Go ahead and personalize the message. Tell them what they’ll get (updates on your kennel, litters, and dogs), and you’ll find many more than you expect will sign up.
Once you’ve installed the pop-up, you’re going to want to set up a template. The app lets you use a template and add your text each time, which saves time and makes sure your e-mails include your website, current information, and has consistent layout.
Along the top, click on Templates. Choose a basic layout, and put your specific information inside. You can include a banner image or a captivating puppy image. Adding a text block will let you list your current and upcoming litters. You can change the template whenever you want.
How to Send an E-Mail
The more you contact your crowd, the more they will respond, but with a caveat. Each contact must be unique (don’t copy and paste in the main content), and you must be consistent. Start by contacting them weekly. If you drop off the map for a few months, you’ll have to reel them back in later. In the long run, aim to send them an e-mail at least three times a week.

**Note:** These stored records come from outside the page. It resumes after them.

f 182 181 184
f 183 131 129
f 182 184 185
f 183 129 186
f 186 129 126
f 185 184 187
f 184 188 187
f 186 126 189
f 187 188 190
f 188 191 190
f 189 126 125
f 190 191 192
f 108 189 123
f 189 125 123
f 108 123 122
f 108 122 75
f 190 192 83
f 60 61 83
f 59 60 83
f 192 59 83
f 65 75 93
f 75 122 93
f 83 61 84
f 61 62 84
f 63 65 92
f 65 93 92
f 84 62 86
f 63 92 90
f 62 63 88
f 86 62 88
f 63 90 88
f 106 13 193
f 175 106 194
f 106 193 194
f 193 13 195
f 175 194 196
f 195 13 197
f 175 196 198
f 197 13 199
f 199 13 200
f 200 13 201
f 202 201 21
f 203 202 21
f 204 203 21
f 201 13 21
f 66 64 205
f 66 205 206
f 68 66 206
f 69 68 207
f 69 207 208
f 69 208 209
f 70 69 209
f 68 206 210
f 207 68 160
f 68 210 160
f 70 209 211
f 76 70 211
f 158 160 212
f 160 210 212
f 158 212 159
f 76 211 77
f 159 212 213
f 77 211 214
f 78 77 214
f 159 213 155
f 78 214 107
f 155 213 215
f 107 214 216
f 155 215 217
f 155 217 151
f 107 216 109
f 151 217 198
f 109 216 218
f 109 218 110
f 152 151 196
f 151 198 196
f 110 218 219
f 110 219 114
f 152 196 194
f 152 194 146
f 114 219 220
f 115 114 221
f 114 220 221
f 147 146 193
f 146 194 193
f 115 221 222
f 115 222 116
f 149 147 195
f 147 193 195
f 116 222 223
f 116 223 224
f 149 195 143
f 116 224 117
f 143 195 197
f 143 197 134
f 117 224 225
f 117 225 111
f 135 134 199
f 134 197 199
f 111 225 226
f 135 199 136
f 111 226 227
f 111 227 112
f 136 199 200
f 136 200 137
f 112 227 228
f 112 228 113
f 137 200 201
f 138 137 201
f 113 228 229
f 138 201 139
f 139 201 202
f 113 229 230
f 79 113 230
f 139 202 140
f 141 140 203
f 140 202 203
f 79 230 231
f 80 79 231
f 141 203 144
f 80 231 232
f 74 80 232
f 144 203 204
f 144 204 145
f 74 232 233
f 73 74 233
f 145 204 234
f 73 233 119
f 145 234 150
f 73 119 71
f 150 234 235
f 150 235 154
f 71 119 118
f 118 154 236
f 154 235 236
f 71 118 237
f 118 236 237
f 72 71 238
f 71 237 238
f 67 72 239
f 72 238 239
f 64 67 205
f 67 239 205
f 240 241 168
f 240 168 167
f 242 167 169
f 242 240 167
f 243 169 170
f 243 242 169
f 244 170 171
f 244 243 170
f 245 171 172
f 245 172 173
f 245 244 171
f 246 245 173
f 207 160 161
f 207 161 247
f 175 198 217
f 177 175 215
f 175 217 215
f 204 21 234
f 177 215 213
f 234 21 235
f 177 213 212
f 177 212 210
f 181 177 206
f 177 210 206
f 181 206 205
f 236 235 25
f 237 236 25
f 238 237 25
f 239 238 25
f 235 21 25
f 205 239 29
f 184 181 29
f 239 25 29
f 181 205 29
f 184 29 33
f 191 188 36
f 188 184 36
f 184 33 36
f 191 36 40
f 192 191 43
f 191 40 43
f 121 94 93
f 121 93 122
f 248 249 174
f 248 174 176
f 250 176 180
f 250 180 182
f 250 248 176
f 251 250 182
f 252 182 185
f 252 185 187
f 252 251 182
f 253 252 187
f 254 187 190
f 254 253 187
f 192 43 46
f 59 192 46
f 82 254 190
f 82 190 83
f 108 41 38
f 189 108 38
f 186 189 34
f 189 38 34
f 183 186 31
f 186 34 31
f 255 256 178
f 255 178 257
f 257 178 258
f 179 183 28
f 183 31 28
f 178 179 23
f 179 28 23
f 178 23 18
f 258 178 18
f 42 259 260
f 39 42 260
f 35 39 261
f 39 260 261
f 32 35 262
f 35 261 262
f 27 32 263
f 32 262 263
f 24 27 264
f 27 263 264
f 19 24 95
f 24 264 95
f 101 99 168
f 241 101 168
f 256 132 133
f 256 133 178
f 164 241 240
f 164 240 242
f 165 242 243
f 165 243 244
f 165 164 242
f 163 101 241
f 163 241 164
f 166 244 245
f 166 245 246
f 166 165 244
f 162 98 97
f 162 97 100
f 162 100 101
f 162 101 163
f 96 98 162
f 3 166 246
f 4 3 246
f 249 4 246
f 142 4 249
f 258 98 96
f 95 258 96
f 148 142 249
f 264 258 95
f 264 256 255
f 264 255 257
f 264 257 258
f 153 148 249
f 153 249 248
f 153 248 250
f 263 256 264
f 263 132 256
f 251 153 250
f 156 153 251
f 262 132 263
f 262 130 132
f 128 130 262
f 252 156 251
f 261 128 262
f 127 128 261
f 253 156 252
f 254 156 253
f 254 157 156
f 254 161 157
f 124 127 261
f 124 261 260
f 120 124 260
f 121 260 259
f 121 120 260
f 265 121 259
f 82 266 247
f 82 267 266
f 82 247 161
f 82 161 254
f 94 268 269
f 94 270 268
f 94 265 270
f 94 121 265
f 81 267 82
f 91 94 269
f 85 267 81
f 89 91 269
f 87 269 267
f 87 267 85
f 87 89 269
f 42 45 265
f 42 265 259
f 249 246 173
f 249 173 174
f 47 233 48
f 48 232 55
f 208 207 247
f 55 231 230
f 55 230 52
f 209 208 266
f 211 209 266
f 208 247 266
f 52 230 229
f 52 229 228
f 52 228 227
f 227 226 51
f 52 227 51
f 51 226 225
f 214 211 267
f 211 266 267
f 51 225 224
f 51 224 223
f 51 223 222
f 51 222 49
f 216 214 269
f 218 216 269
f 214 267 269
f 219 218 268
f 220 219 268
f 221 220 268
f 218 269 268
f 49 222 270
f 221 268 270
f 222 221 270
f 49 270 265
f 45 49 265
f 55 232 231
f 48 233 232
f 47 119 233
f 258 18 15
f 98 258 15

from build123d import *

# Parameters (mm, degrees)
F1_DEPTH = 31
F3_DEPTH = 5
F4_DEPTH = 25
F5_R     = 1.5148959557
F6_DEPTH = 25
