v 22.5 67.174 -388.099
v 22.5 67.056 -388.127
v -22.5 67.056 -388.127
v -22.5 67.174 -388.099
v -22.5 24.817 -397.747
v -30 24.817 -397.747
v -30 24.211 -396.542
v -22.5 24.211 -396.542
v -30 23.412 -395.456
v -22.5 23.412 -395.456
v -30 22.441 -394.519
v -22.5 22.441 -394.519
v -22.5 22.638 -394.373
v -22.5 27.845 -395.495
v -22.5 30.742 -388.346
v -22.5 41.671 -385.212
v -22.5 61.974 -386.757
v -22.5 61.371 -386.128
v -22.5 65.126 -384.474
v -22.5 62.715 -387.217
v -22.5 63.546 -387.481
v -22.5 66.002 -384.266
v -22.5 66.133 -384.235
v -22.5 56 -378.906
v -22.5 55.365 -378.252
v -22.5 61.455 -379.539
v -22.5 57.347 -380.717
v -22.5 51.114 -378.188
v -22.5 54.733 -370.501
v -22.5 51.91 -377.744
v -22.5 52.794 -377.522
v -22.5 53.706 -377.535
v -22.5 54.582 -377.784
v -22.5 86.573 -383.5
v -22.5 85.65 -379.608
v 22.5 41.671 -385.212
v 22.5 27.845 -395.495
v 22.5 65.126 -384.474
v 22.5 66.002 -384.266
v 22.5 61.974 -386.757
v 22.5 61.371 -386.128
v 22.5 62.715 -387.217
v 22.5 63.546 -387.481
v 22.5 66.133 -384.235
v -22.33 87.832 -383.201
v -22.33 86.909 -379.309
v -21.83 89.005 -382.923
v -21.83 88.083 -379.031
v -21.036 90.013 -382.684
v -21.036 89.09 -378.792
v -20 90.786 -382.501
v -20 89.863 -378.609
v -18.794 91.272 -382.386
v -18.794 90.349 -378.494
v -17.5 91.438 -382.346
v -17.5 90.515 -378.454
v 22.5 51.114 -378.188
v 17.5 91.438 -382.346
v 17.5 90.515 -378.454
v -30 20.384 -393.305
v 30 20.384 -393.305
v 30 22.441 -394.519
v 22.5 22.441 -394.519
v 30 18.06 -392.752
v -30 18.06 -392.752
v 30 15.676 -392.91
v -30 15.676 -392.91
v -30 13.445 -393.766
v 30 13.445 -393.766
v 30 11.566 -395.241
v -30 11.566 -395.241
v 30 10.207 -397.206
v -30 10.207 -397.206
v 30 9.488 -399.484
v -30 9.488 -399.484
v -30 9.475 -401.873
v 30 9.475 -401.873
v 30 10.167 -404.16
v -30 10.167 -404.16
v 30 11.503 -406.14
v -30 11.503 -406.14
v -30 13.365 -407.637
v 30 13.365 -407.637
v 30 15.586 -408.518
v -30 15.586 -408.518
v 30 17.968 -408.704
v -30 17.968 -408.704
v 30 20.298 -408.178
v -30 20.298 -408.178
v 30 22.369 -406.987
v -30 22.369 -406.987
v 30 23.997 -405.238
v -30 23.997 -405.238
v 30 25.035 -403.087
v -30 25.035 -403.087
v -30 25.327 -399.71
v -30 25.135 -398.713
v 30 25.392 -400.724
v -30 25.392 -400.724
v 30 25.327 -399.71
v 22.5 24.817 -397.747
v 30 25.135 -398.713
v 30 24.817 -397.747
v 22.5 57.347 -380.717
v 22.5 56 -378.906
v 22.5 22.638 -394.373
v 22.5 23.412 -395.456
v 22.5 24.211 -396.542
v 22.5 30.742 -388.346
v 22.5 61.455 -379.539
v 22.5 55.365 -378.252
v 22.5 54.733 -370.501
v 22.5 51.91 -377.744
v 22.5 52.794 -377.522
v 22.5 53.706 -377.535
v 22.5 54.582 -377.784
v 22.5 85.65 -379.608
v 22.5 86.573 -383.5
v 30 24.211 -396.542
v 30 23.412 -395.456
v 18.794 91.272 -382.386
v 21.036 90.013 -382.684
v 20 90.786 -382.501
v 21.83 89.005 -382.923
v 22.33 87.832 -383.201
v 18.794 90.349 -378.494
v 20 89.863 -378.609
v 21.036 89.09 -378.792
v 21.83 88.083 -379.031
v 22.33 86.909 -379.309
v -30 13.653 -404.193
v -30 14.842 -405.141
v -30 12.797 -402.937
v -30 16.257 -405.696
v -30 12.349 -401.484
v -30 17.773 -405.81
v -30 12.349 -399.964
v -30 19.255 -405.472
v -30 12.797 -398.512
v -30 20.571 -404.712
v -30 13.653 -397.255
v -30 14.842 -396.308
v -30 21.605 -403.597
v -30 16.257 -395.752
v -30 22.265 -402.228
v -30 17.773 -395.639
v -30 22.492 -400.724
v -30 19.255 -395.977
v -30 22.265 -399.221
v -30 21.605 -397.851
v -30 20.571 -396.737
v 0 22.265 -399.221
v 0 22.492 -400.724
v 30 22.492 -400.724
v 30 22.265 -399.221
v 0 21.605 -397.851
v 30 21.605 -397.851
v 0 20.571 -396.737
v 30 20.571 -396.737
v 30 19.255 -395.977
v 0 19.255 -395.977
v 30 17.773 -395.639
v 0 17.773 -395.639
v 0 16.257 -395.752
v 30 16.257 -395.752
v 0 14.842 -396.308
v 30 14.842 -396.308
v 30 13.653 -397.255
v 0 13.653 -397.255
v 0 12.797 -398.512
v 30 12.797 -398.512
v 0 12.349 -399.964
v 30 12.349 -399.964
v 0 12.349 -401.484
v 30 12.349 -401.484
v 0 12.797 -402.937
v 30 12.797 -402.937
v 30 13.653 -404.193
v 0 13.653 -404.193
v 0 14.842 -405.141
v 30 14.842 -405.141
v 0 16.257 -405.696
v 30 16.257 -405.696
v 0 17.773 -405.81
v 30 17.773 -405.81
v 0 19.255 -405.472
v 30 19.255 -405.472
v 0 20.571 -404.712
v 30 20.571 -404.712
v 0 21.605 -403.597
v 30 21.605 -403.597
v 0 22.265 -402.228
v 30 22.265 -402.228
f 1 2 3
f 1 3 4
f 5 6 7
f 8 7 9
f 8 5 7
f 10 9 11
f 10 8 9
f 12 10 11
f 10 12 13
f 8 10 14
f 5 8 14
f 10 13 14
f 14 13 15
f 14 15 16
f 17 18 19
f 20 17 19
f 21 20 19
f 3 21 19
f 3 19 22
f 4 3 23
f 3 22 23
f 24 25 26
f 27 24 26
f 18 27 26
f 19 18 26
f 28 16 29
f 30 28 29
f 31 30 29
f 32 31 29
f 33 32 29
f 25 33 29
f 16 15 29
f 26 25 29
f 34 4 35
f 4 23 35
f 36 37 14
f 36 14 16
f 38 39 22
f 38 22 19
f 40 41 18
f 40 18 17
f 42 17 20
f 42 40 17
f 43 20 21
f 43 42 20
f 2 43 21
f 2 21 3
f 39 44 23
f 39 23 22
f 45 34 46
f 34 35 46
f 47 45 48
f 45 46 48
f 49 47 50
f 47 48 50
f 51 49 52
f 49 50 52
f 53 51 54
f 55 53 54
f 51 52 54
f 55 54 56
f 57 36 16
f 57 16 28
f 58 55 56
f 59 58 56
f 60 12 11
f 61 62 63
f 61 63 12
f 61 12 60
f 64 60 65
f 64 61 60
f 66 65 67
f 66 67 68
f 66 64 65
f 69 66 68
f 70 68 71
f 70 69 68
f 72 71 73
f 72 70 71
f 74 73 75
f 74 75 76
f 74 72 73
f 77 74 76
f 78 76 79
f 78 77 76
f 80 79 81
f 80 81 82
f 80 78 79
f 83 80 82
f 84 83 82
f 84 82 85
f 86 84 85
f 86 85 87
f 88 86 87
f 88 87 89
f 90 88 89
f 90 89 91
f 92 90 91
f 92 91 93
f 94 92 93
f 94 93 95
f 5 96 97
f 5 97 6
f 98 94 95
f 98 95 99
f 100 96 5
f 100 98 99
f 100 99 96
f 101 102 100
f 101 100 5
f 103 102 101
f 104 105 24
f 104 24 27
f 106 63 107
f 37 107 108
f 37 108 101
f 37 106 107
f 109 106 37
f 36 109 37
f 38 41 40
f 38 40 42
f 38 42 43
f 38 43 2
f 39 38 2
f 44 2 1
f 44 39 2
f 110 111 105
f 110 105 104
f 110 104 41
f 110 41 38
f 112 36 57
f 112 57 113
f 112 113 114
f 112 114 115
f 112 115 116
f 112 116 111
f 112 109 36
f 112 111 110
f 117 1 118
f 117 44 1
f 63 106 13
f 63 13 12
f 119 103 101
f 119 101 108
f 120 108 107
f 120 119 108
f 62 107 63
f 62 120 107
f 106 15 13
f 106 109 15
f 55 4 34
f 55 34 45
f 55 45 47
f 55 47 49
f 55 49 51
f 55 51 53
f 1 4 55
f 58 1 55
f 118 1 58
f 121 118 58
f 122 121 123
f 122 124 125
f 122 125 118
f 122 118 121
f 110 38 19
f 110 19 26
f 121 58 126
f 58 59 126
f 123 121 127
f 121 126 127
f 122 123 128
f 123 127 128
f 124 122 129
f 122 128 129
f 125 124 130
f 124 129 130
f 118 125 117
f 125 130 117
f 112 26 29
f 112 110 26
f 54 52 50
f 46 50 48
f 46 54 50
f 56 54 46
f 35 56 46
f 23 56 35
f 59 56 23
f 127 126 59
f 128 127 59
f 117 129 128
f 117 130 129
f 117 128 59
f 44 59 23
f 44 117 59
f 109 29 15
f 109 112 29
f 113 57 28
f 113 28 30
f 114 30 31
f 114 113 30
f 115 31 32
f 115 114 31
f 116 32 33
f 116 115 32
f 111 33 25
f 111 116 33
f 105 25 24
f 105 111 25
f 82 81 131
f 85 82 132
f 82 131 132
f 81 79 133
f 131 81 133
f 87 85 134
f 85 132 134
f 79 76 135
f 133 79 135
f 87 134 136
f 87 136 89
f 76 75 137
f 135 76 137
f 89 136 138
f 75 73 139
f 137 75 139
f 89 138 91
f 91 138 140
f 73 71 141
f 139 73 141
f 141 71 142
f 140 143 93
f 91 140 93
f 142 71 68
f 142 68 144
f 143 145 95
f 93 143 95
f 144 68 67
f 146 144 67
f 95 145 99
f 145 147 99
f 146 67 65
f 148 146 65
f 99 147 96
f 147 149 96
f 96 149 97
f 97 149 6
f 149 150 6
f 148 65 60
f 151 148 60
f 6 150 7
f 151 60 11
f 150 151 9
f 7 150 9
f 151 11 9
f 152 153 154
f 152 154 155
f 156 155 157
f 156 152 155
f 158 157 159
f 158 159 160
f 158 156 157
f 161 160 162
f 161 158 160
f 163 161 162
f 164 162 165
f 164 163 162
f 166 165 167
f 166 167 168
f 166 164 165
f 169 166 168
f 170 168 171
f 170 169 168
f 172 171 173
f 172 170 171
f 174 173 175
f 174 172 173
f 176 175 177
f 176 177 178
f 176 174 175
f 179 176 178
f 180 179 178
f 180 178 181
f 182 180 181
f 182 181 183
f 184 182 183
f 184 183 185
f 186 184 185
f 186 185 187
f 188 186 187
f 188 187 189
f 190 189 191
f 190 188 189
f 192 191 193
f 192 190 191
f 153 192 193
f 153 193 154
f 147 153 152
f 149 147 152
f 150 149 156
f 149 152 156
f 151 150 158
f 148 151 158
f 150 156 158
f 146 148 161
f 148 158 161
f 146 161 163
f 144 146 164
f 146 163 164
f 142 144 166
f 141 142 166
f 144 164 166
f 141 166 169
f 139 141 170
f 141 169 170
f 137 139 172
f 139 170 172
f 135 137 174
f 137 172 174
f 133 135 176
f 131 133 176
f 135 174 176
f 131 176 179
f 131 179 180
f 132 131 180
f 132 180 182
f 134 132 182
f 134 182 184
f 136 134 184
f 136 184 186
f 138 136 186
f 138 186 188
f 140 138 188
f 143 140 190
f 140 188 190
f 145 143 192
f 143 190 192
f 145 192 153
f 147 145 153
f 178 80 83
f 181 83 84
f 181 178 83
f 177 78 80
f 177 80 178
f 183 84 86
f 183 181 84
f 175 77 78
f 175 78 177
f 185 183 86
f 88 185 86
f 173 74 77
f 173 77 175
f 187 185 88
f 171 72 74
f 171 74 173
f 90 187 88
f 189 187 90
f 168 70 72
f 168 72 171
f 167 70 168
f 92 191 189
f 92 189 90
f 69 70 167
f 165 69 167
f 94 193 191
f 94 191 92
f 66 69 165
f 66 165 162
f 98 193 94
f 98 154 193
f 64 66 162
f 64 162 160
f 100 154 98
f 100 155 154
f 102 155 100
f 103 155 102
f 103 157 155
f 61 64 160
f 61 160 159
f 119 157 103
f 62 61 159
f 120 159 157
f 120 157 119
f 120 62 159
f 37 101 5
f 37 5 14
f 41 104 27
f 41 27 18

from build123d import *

# Parameters (mm, degrees)
F0_R     = 5.1
F1_DEPTH = 30
F2_DEPTH = 22.5
F3_R     = 5


with BuildPart() as f1:
    # F0 (on Right) → F1 (new body, symmetric)
    with BuildSketch(Plane.YZ):
        with BuildLine():
            ThreePointArc((24.8170878902, -397.7473182194), (23.8345837656, -395.9821311786), (22.4412201864, -394.5193469909))
            ThreePointArc((22.4412201864, -394.5193469909), (10.1667790366, -404.1596589088), (25.391624, -400.724311))
            ThreePointArc((25.391624, -400.724311), (25.2466768681, -399.2083477949), (24.8170878902, -397.7473182194))
        make_face()
        with Locations((17.391624, -400.724311)):
            Circle(F0_R, mode=Mode.SUBTRACT)
    extrude(amount=F1_DEPTH, both=True)

    # F0 (on Right) → F2 (join, symmetric)
    with BuildSketch(Plane.YZ):
        with BuildLine():
            Line((41.6709488454, -385.2116712139), (30.7416916961, -388.3455854761))
            Line((30.7416916961, -388.3455854761), (22.637896, -394.373063))
            Line((22.637896, -394.373063), (22.936297, -394.774257))
            ThreePointArc((22.936297, -394.774257), (25.2411173155, -396.1514104487), (27.8446650687, -395.4954474882))
            Line((27.8446650687, -395.4954474882), (41.6709488454, -385.2116712139))
        make_face()
        with BuildLine():
            Line((57.3466358684, -380.7167399976), (61.4554451408, -379.5385578207))
            Line((61.4554451408, -379.5385578207), (54.733396, -370.500928))
            Line((54.733396, -370.500928), (30.7416916961, -388.3455854761))
            Line((30.7416916961, -388.3455854761), (41.6709488454, -385.2116712139))
            Line((41.6709488454, -385.2116712139), (51.1139020687, -378.1881484882))
            ThreePointArc((51.1139020687, -378.1881484882), (53.7055684242, -377.5351807229), (55.999871, -378.906048))
            Line((55.999871, -378.906048), (57.3466358684, -380.7167399976))
        make_face()
        with BuildLine():
            Line((65.1262132866, -384.4738153538), (61.4554451408, -379.5385578207))
            Line((61.4554451408, -379.5385578207), (57.3466358684, -380.7167399976))
            Line((57.3466358684, -380.7167399976), (61.371102, -386.127535))
            ThreePointArc((61.371102, -386.127535), (62.3300853011, -387.0102243008), (63.5455334662, -387.4808357451))
            ThreePointArc((63.5455334662, -387.4808357451), (64.9729225904, -387.4475961696), (66.26827, -386.84708))
            Line((66.26827, -386.84708), (66.669464, -386.548678))
            Line((66.669464, -386.548678), (65.1262132866, -384.4738153538))
        make_face()
        Polygon((66.132787, -384.235166), (66.6175101107, -386.2796280266), (67.1738194665, -388.0992339037), (91.437887, -382.346447), (90.515105, -378.454343), align=None)
        with BuildLine():
            Line((66.001939903, -384.2661886412), (65.1262132866, -384.4738153538))
            Line((65.1262132866, -384.4738153538), (66.669464, -386.548678))
            Line((66.669464, -386.548678), (66.26827, -386.84708))
            ThreePointArc((66.26827, -386.84708), (64.9729225904, -387.4475961696), (63.5455334662, -387.4808357451))
            Line((63.5455334662, -387.4808357451), (67.055569, -388.12727))
            Line((67.055569, -388.12727), (66.6175101107, -386.2796280266))
            Line((66.6175101107, -386.2796280266), (66.001939903, -384.2661886412))
        make_face()
        Polygon((66.132787, -384.235166), (66.001939903, -384.2661886412), (66.6175101107, -386.2796280266), align=None)
        Polygon((67.1738194665, -388.0992339037), (66.6175101107, -386.2796280266), (67.055569, -388.12727), align=None)
        with BuildLine():
            Line((22.936297, -394.774257), (22.637896, -394.373063))
            Line((22.637896, -394.373063), (22.4412201864, -394.5193469909))
            ThreePointArc((22.4412201864, -394.5193469909), (23.8345837656, -395.9821311786), (24.8170878902, -397.7473182194))
            Line((24.8170878902, -397.7473182194), (27.8446650687, -395.4954474882))
            ThreePointArc((27.8446650687, -395.4954474882), (25.2411173155, -396.1514104487), (22.936297, -394.774257))
        make_face()
    extrude(amount=F2_DEPTH, both=True)

    # F3
    f3_edges = [f1.edges().sort_by_distance(p)[0] for p in [
        (22.5, 90.976496, -380.400395),
        (-22.5, 90.976496, -380.400395),
    ]]
    fillet(f3_edges, radius=F3_R)


solid = f1.part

To start a new e-mail, click on Campaigns at the top left, and then Create. The software will walk you through a few options. Once you’ve created your e-mail, you are then given the option to schedule it for a future date. This is a great way to fill out your month ahead of time, especially if you don’t expect to have puppies.
What To Say
What can you say?
You can say anything you want about your dogs. If you have puppies, send frequent e-mails with updated information about the litter. Tell them how many puppies are left, if you have any that are especially suited for competition homes, and a little bit about their personalities.
If you have older dogs available, your mailing list is a great resource for permanent homes. You’ve hopefully connected with people through your website and social media, so the mailing list lets you say a little bit more about the dog even if you don’t want to post it for just anyone to see.
Share information about your breed. If your breed’s nationals are coming up, let them know–even if you won’t be attending. Talk about health clearances, competitions, and other events.
Tell them about yourself, too. Share your history in dogs, and why you love your breed. You’re trying to create connections with strangers, so tell them about you.